Reproducible We weren't going
Posted: Thu Feb 13, 2025 8:42 am
We had to make a choice. It was a tough one. Do we start with a known strong bias that doesn't favor Moz, or do we start with a known weak bias that does? We could use a random selection from our own index as the starting point for this process, which would be pseudo-random but could potentially favor Moz, or we could start with a small, public index like the Quantcast Top Million. Like we could start with a small, public index that would be strongly biased toward good sites.
We decided to go with the latter as a starting point because the Quantcast data is:
A to make the "random URL selection" part of the Moz API, so we needed something that other people in the industry could get started with. Quantcast Top Million is free for everyone.
Not biased towards Moz : We would prefer to err on the side of caution, even if it means more work to remove bias.

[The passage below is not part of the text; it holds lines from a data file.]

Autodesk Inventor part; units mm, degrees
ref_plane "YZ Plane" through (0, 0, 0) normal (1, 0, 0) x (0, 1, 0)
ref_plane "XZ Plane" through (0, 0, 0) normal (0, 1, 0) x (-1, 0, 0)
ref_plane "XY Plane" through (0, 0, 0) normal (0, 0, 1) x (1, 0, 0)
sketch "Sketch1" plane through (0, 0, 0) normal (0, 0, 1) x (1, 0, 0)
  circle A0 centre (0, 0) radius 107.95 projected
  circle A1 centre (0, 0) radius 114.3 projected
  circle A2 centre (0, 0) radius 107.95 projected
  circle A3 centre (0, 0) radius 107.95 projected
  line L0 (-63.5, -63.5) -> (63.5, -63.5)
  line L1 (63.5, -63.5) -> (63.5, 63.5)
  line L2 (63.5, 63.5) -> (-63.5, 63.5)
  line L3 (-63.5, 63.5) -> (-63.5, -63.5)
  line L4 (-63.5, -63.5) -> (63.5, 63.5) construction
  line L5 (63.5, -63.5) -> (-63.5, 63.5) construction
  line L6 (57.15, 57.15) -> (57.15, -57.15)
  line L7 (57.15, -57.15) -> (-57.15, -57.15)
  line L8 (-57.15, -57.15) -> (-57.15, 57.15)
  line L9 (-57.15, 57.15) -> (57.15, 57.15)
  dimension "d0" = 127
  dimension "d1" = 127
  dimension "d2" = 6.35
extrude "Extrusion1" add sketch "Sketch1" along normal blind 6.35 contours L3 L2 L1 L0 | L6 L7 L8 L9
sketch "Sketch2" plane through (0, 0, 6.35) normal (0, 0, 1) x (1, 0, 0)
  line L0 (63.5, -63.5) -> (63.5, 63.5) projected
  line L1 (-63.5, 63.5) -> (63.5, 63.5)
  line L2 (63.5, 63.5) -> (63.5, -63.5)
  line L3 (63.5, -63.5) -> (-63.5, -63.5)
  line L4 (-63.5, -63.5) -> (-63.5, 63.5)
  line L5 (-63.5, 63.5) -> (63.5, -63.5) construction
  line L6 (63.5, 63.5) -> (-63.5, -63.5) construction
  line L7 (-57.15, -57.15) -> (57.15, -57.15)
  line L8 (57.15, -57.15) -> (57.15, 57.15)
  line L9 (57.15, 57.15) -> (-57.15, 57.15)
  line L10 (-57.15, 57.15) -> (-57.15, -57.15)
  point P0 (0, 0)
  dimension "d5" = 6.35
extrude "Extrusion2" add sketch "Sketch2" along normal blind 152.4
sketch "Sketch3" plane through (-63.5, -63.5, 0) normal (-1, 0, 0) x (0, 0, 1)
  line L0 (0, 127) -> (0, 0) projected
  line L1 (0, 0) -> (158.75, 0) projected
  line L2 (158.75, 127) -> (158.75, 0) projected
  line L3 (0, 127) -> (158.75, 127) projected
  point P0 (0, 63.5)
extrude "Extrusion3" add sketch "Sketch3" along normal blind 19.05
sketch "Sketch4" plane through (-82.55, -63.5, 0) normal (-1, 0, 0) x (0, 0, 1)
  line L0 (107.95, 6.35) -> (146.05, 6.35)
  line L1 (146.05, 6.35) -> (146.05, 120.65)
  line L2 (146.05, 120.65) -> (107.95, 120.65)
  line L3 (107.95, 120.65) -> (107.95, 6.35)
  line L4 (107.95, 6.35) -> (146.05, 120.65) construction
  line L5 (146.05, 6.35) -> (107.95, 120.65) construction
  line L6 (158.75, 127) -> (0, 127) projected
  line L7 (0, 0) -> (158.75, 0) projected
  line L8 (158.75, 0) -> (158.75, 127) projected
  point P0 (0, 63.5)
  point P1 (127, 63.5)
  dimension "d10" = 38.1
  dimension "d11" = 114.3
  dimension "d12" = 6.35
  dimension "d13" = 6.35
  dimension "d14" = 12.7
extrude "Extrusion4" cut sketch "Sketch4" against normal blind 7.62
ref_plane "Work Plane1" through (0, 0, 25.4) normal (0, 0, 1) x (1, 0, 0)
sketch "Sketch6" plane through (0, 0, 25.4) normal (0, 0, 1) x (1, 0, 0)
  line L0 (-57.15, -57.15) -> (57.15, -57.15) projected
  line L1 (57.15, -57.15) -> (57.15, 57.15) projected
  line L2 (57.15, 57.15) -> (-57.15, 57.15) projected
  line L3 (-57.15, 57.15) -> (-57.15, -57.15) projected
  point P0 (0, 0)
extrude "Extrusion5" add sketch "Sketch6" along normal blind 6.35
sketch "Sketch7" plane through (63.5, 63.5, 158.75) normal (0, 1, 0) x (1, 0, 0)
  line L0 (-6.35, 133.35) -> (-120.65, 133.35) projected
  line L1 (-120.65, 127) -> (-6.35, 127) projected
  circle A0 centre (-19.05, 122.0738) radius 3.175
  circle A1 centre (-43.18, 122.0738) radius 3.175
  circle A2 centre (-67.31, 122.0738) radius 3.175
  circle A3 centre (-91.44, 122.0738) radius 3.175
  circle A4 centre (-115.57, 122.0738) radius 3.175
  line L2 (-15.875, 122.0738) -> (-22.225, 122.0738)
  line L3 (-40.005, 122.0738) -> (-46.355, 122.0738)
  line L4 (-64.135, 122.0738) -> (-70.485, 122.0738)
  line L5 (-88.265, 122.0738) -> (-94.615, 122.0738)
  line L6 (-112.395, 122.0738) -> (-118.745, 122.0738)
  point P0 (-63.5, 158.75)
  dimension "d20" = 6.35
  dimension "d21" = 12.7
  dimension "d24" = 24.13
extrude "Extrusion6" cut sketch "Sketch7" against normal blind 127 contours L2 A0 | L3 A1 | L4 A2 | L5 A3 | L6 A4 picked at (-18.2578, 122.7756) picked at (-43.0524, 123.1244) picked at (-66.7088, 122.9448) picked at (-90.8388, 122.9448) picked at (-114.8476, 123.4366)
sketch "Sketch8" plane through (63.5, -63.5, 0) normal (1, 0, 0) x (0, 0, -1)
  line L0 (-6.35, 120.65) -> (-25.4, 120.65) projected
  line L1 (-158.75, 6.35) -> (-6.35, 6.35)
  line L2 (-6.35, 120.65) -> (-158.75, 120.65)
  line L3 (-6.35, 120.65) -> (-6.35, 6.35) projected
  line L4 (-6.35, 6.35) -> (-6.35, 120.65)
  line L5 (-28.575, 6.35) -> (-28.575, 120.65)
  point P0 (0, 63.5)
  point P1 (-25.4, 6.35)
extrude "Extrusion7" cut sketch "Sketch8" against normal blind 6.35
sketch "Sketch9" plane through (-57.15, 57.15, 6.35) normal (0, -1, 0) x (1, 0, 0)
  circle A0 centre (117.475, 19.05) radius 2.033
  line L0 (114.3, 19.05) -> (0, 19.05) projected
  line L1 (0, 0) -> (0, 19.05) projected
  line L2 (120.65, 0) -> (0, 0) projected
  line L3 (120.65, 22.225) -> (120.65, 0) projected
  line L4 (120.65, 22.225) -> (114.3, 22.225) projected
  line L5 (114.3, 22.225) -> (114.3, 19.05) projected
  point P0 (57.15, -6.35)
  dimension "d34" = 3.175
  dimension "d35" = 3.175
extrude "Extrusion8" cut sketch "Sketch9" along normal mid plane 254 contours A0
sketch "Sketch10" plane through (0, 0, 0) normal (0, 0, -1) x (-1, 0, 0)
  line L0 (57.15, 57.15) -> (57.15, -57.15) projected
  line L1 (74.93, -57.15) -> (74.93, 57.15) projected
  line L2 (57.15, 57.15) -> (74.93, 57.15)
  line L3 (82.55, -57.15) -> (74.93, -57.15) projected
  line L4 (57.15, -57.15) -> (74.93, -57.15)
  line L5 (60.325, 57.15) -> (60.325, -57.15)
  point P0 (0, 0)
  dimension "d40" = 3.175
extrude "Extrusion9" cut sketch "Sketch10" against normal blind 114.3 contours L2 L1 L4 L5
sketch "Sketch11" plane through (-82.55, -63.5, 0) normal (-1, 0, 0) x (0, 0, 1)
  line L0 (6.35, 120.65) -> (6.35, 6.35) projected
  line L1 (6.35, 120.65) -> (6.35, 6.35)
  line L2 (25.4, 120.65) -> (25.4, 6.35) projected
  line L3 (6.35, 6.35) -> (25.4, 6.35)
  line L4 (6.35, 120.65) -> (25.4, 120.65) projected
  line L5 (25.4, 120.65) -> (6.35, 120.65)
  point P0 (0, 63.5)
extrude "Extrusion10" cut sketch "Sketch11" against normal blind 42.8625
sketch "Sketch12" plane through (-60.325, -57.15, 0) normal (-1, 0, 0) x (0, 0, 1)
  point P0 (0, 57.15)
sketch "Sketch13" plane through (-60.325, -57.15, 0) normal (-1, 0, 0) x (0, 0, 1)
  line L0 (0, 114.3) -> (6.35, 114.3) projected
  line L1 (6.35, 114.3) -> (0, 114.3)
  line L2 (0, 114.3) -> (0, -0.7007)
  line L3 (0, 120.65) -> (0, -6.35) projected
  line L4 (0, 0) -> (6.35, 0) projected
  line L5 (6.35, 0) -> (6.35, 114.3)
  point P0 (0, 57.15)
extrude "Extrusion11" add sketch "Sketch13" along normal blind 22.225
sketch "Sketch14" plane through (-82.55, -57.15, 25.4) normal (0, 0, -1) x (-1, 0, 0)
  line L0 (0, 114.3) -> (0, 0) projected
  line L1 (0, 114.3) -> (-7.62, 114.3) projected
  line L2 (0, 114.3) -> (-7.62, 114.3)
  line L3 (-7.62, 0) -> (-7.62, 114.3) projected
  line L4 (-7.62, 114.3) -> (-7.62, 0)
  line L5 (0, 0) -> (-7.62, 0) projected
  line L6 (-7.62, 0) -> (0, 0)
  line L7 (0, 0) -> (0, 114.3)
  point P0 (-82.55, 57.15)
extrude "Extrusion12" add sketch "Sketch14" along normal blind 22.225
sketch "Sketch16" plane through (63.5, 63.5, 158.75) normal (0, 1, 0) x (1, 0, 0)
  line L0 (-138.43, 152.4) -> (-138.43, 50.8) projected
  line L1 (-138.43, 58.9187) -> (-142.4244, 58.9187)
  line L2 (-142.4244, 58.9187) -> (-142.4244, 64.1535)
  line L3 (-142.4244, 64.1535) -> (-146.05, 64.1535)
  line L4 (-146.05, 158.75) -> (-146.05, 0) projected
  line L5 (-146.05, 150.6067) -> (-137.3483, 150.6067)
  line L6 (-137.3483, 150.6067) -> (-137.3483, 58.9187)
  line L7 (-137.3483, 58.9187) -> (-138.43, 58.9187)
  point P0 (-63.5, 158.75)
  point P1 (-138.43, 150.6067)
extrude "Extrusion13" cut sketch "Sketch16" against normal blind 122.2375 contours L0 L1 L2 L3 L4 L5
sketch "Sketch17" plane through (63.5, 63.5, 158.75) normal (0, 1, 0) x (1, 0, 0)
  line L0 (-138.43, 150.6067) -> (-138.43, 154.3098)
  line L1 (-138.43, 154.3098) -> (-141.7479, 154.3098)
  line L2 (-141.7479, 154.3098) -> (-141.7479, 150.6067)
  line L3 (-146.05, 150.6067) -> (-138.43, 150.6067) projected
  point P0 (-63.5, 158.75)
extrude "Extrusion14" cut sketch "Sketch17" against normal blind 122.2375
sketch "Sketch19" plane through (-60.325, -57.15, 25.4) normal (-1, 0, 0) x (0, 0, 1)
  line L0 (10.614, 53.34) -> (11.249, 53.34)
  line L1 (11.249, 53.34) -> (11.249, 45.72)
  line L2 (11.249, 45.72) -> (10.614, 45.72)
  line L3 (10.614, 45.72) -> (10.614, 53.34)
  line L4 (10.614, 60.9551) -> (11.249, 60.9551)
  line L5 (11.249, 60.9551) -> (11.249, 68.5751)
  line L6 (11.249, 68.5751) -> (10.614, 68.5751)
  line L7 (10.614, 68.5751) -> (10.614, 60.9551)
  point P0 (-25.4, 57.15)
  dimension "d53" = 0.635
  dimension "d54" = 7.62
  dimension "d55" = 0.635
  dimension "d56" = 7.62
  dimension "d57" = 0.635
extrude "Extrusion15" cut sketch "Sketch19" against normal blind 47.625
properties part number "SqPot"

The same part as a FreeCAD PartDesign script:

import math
import FreeCAD as App
import Part
import Sketcher

V = App.Vector
Q = App.Units.Quantity


def add_polygon(sketch, points):
    """Adds a closed chain of lines whose ends are joined by coincident constraints."""
    first, n = sketch.GeometryCount, len(points)
    for a, b in zip(points, points[1:] + points[:1]):
        sketch.addGeometry(Part.LineSegment(App.Vector(*a, 0), App.Vector(*b, 0)), False)
    for i in range(n):
        sketch.addConstraint(Sketcher.Constraint("Coincident", first + i, 2, first + (i + 1) % n, 1))

doc = App.newDocument("Part")
body = doc.addObject("PartDesign::Body", "Body")

# Sketch on XY plane
sketch1 = body.newObject("Sketcher::SketchObject", "Sketch")
sketch1.AttachmentSupport = (doc.getObject("XY_Plane"), [""])
sketch1.MapMode = "FlatFace"
add_polygon(sketch1, [(-64, 64), (-64, -64), (64, -64), (64, 64)])  # lines 0-3
sketch1.addConstraint([
    Sketcher.Constraint("Vertical", 0),
    Sketcher.Constraint("Horizontal", 1),
    Sketcher.Constraint("Vertical", 2),
    Sketcher.Constraint("Horizontal", 3),
    Sketcher.Constraint("Symmetric", 0, 2, 2, 2, -1, 1),
    Sketcher.Constraint("Equal", 3, 0),
    Sketcher.Constraint("DistanceX", 1, 1, 1, 2, Q("5 in")),
])
pad1 = body.newObject("PartDesign::Pad", "Pad")
pad1.Profile = sketch1
pad1.Length = Q("0.25 in")

# Sketch on XY plane
sketch2 = body.newObject("Sketcher::SketchObject", "Sketch001")
sketch2.AttachmentSupport = (doc.getObject("XY_Plane"), [""])
sketch2.MapMode = "FlatFace"
sketch2.AttachmentOffset = App.Placement(V(0, 0, 0.25 * 25.4), App.Rotation())
add_polygon(sketch2, [(-64, -64), (64, -64), (64, 64), (-64, 64)])  # lines 0-3
add_polygon(sketch2, [(57, -57), (-57, -57), (-57, 57), (57, 57)])  # lines 4-7
sketch2.addConstraint([
    Sketcher.Constraint("Horizontal", 0),
    Sketcher.Constraint("Vertical", 1),
    Sketcher.Constraint("Horizontal", 2),
    Sketcher.Constraint("Vertical", 3),
    Sketcher.Constraint("Horizontal", 4),
    Sketcher.Constraint("Vertical", 5),
    Sketcher.Constraint("Horizontal", 6),
    Sketcher.Constraint("Vertical", 7),
    Sketcher.Constraint("Symmetric", 0, 2, 2, 2, -1, 1),
    Sketcher.Constraint("Symmetric", 4, 2, 6, 2, -1, 1),
    Sketcher.Constraint("Equal", 2, 1),
    Sketcher.Constraint("Equal", 6, 5),
    Sketcher.Constraint("DistanceX", 0, 1, 0, 2, Q("5 in")),
    Sketcher.Constraint("DistanceX", 3, 2, 4, 2, Q("0.25 in")),
])
pad2 = body.newObject("PartDesign::Pad", "Pad001")
pad2.Profile = sketch2
pad2.Length = Q("6 in")

# Sketch on YZ plane
sketch3 = body.newObject("Sketcher::SketchObject", "Sketch002")
sketch3.AttachmentSupport = (doc.getObject("YZ_Plane"), [""])
sketch3.MapMode = "FlatFace"
sketch3.AttachmentOffset = App.Placement(V(0, 0, -2.5 * 25.4), App.Rotation())
add_polygon(sketch3, [(64, 159), (64, 0), (-64, 0), (-64, 159)])  # lines 0-3
sketch3.addConstraint([
    Sketcher.Constraint("Vertical", 0),
    Sketcher.Constraint("Horizontal", 1),
    Sketcher.Constraint("Vertical", 2),
    Sketcher.Constraint("Horizontal", 3),
    Sketcher.Constraint("Symmetric", 0, 2, 1, 2, -1, 1),
    Sketcher.Constraint("DistanceX", 1, 2, 1, 1, Q("5 in")),
    Sketcher.Constraint("DistanceY", 0, 2, 0, 1, Q("6.25 in")),
])
pad3 = body.newObject("PartDesign::Pad", "Pad002")
pad3.Profile = sketch3
pad3.Length = Q("0.75 in")
pad3.Reversed = True

# Sketch on YZ plane
sketch4 = body.newObject("Sketcher::SketchObject", "Sketch003")
sketch4.AttachmentSupport = (doc.getObject("YZ_Plane"), [""])
sketch4.MapMode = "FlatFace"
sketch4.AttachmentOffset = App.Placement(V(0, 0, -3.25 * 25.4), App.Rotation())
add_polygon(sketch4, [(57, 108), (-57, 108), (-57, 146), (57, 146)])  # lines 0-3
sketch4.addConstraint([
    Sketcher.Constraint("Horizontal", 0),
    Sketcher.Constraint("Vertical", 1),
    Sketcher.Constraint("Horizontal", 2),
    Sketcher.Constraint("Vertical", 3),
    Sketcher.Constraint("DistanceX", 0, 2, 0, 1, Q("4.5 in")),
    Sketcher.Constraint("DistanceY", 1, 1, 1, 2, Q("1.5 in")),
    Sketcher.Constraint("DistanceX", 0, 2, -1, 1, Q("2.25 in")),
    Sketcher.Constraint("DistanceY", -1, 1, 0, 2, Q("4.25 in")),
])
pocket1 = body.newObject("PartDesign::Pocket", "Pocket")
pocket1.Profile = sketch4
pocket1.Length = Q("0.3 in")
pocket1.Reversed = True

Known bias : The bias in the Quantcast Top 1,000,000 was easily understandable — these are important sites and we need to address this bias.
Quantcast bias is natural: any link graph bahrain number data already shares some of the Quantcast bias (powerful sites are more likely to be well-linked)
With this in mind, we selected 10,000 domains from the Quantcast Top Million and began the process of removing bias.
2. Choosing based on domain size rather than importance
Because we knew that the Quantcast Top Million was ranked by traffic and wanted to reduce this bias, we introduced a new bias based on site size. For each of the 10,000 sites, we used the "site:" command to identify the number of pages on the site according to Google and also retrieved the top 100 pages for the domain. We could now balance the "importance bias" against the "size bias," which is more reflective of the number of URLs on the web. This was the first step in reducing the known bias of only high-quality sites in the Quantcast Top Million.
We decided to go with the latter as a starting point because the Quantcast data is:
A to make the "random URL selection" part of the Moz API, so we needed something that other people in the industry could get started with. Quantcast Top Million is free for everyone.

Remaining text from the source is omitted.